FLEXIBELE HERBESTEMMING Flexibiliteit als oplossing voor structurele leegstand
Janet Snoeijen S103817 0739214 TU/e Eindhoven
Architecture and Philosophy 7X700 Jacob Voorthuis November 2013
2
Inhoudsopgave Probleemschets leegstand
4
Flexibiliteit vanuit het permanente
6
Flexibiliteit vanuit startbeelden
8
Het kader bij nieuwbouw en herbestemming
10
Flexibiliteit van het Eiffelgebouw
11
Conclusie
13
Bronvermelding
14
3
Probleemschets leegstand De grootschalige structurele leegstand van bebouwing in Nederland duidt erop dat het aanbod van bebouwing de vraag is overstegen. Vele kantoorpanden staan momenteel leeg en monumenten worden niet gebruikt. En waar leegstand is, lopen ook portemonnees en omgeving steeds verder leeg. Leegstand is er altijd al geweest en zal er ook altijd zijn. Wanneer een bewoner van het ene pand naar het andere gaat verhuizen, is het logisch dat er niet op dezelfde dag nog een ander bewoner haar intrek zal nemen in het verlaten pand. De periodieke leegstand die in dit soort situaties ontstaat, die slechts over een beperkte tijdsduur handelt, is dan ook het probleem niet. Het is juist de grootschalige structurele leegstand, een leegstand die langer dan een jaar aanhoudt, die problemen oplevert voor een land als Nederland. In het boek ‘De flexibele stad.

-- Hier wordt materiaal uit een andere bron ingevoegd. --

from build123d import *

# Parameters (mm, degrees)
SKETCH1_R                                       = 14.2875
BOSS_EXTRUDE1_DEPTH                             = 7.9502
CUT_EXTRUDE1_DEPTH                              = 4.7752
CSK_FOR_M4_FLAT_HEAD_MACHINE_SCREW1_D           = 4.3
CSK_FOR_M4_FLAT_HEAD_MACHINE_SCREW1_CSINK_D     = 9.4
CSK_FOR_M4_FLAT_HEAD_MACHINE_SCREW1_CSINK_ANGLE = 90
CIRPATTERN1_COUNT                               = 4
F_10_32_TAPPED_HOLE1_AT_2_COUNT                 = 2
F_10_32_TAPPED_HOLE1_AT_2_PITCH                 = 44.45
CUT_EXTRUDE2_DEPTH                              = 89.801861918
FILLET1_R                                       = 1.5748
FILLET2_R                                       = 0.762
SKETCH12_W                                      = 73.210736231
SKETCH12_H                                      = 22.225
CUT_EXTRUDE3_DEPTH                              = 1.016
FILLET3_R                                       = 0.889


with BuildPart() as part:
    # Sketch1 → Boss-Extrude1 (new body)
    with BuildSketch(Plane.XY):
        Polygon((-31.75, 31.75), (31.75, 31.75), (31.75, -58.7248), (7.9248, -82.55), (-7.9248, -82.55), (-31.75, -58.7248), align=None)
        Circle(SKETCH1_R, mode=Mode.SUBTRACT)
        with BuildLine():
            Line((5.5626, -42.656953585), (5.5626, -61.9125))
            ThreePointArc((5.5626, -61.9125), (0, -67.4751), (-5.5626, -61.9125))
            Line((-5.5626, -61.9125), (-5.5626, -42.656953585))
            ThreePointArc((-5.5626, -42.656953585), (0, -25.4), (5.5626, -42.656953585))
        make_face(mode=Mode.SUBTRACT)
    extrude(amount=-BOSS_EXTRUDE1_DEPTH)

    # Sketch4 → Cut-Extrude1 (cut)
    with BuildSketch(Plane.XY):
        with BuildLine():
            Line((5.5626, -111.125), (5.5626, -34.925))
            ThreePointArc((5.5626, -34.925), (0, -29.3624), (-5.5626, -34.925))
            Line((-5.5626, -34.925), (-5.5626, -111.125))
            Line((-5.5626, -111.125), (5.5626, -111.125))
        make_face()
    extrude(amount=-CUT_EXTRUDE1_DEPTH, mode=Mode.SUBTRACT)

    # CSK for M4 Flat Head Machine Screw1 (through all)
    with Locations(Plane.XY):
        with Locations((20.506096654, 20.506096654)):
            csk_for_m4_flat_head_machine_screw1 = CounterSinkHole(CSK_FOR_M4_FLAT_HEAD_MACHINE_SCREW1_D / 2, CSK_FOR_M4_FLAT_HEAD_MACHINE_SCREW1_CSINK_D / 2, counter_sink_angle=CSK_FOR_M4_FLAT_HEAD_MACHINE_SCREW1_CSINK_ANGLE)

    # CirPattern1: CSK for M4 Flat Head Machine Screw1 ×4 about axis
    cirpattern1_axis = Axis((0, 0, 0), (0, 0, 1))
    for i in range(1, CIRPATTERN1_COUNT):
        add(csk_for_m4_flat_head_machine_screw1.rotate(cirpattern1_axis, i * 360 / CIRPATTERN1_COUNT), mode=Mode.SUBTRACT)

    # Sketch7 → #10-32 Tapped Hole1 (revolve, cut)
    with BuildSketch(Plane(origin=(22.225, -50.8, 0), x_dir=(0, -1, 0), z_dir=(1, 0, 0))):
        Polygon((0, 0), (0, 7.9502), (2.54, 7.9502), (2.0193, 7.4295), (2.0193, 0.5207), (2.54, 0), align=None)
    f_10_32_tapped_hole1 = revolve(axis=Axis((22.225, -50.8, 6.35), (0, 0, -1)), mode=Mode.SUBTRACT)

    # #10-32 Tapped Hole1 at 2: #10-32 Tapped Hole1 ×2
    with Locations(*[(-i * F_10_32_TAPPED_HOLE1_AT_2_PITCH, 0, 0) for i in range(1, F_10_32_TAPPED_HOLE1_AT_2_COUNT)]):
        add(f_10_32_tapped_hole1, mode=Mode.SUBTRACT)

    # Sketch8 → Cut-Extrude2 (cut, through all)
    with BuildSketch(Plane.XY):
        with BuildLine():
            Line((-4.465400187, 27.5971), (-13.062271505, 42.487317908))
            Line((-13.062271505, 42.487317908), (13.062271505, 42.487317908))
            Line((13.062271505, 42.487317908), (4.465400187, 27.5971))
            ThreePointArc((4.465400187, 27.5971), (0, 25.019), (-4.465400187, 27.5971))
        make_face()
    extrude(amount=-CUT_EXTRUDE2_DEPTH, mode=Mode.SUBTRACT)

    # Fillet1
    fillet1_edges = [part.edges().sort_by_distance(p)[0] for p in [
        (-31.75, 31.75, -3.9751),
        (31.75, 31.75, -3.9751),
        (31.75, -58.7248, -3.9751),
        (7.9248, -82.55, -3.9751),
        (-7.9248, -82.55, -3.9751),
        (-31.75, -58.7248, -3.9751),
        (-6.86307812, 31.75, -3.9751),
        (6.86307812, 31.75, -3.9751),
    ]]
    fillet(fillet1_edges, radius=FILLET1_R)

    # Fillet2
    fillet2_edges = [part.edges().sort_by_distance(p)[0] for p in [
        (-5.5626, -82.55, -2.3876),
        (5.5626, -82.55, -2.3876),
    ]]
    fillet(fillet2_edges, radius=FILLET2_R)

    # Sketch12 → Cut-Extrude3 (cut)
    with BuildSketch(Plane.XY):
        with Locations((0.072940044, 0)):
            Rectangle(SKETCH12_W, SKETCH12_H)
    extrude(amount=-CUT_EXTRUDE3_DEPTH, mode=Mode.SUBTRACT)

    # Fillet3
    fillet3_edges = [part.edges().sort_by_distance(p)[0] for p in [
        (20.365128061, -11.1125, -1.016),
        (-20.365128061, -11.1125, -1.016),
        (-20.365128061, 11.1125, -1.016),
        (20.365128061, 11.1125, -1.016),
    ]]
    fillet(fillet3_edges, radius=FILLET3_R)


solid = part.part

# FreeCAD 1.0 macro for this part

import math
import FreeCAD as App
import Part
import Sketcher

V = App.Vector
Q = App.Units.Quantity


def edges_at(feature, points):
    """Names of the edges that pass closest to the given points."""
    edges = feature.Shape.Edges
    near = lambda p: min(range(len(edges)), key=lambda i: edges[i].distToShape(Part.Vertex(*p))[0])
    return sorted({f"Edge{near(p) + 1}" for p in points})


def add_polygon(sketch, points):
    """Adds a closed chain of lines whose ends are joined by coincident constraints."""
    first, n = sketch.GeometryCount, len(points)
    for a, b in zip(points, points[1:] + points[:1]):
        sketch.addGeometry(Part.LineSegment(App.Vector(*a, 0), App.Vector(*b, 0)), False)
    for i in range(n):
        sketch.addConstraint(Sketcher.Constraint("Coincident", first + i, 2, first + (i + 1) % n, 1))

doc = App.newDocument("Part")
params = doc.addObject("Spreadsheet::Sheet", "Params")
for row, (alias, value) in enumerate([
    ("sketch1_diameter", "1.125 in"),
    ("sketch1_width", "2.5 in"),
    ("sketch1_radius", "0.219 in"),
    ("sketch1_radius2", "0.375 in"),
    ("sketch1_width2", "0.624 in"),
    ("pad1_length", "0.313 in"),
    ("sketch2_height", "3 in"),
    ("sketch2_radius", "0.219 in"),
    ("pocket1_length", "0.188 in"),
    ("hole_diameter", "4.3 mm"),
    ("hole_csink_diameter", "9.4 mm"),
    ("sketch4_width", "0.1 in"),
    ("sketch4_height", "0.313 in"),
    ("sketch4_height2", "0.272 in"),
    ("groove_angle", "360 deg"),
    ("linearpattern_pitch", "1.75 in"),
    ("sketch5_radius", "0.203 in"),
    ("fillet_radius", "0.062 in"),
    ("fillet2_radius", "0.03 in"),
    ("sketch6_height", "0.875 in"),
    ("pocket3_length", "0.04 in"),
    ("fillet3_radius", "0.035 in"),
], start=1):
    params.set(f"A{row}", alias)
    params.set(f"B{row}", "=" + value)
    params.setAlias(f"B{row}", alias)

Oplossingen voor leegstand en krimp’, geschreven door Tom Bergevoet en Maarten van Tuijl, wordt een beeld geschetst van de huidige situatie; in 2013 staat ongeveer 16% van de kantoorpanden leeg en ongeveer 8% van de winkelpanden.1 Een leegstaand gebouw betekent onderhoudskosten, aflossingskosten en een verstoring van het stedelijk weefsel in ruimtelijke en sociale zin. De opbrengsten van een leegstaand gebouw verdwijnen als sneeuw voor de zon weer aan de zojuist genoemde kosten en ook de leefbaarheid van de omgeving wordt aangetast. Vandaar dat er oplossingen moeten komen voor de structurele leegstand in Nederland, oplossingen die niet langer zozeer gericht zijn op nieuwbouw, maar juist op de herbestemming van bestaande panden. De herbestemmingopgave van de toekomst vraagt om nieuwe invullingen van gebouwen die eens voor een andere functie zijn ontworpen en dus om een zekere mate van flexibiliteit; wanneer toekomstige functies onbekend zijn moet het ontwerp in de toekomst toch aan de eisen van dat moment kunnen voldoen. De vraag luidt dan ook: Welke uitgangspunten voor flexibiliteit dient de architect te volgen om leegstaande bebouwing daadwerkelijk flexibel her te bestemmen, zodat de huidige structurele leegstand, veroorzaakt door de huidige inflexibiliteit van bebouwing, kan worden teruggedrongen?
1
4
Bergevoet, T., Tuijl, M. van (2013), p. 19
Er zijn in het verleden al verschillende interpretaties verbonden aan het begrip flexibiliteit. De flexibiliteit waarover dit verslag handelt, betreft het vermogen van een gebouw om te voldoen aan veranderende of onvoorspelde eisen die de (nieuwe) gebruiker aan het gebouw stelt. Om te kunnen bepalen hoe een ontwerp kan voldoen aan de eis flexibiliteit, zijn reeds diverse analyse- en ontwerpmodellen ontwikkeld. In dit verslag worden enkele van deze flexibiliteitmodellen behandeld, waaronder het model van Tom Bergevoet & Maarten van Tuijl van het bureau temp.architecture en het model van bouwkundig ingenieur Bernard Leupen. Deze modellen zullen toegelicht worden en hun waarde voor de toekomstige herbestemmingopgave zal worden geanalyseerd door onder andere de toepassing op een recente herbestemmingopgave van het Eiffelgebouw in Maastricht.
5
Flexibiliteit vanuit het permanente Zoals de bouwmarkt de aanbodgericht bebouwingproductie moet herzien naar de behoefte aan een vraaggestuurde markt, zo moet misschien ook de visie over flexibiliteit herzien worden. Bernard Leupen heeft in zijn proefschrift ‘Kader en generieke ruimte. Een onderzoek naar de veranderbare woning op basis van het permanente’ een theoretisch model over flexibiliteit ontwikkeld. Hierbij gaat flexibiliteit uit van het permanente, door Leupen benoemd met het woord ‘kader’, dat flexibiliteit moet creëren voor het veranderbare, het generieke. Dit in tegenstelling tot de gangbare benadering om flexibiliteit te behandelen vanuit het veranderbare in plaats van het permanente. Om een onderscheid te kunnen maken tussen het kader en het generieke van een gebouw, moet volgens Leupen het gebouw eerst ontleed worden in de verschillende facetten die het kader en het generieke duiden. De opsplitsing van het ontwerp valt uiteen in de volgende lagen:2 1. 2. 3. 4. 5.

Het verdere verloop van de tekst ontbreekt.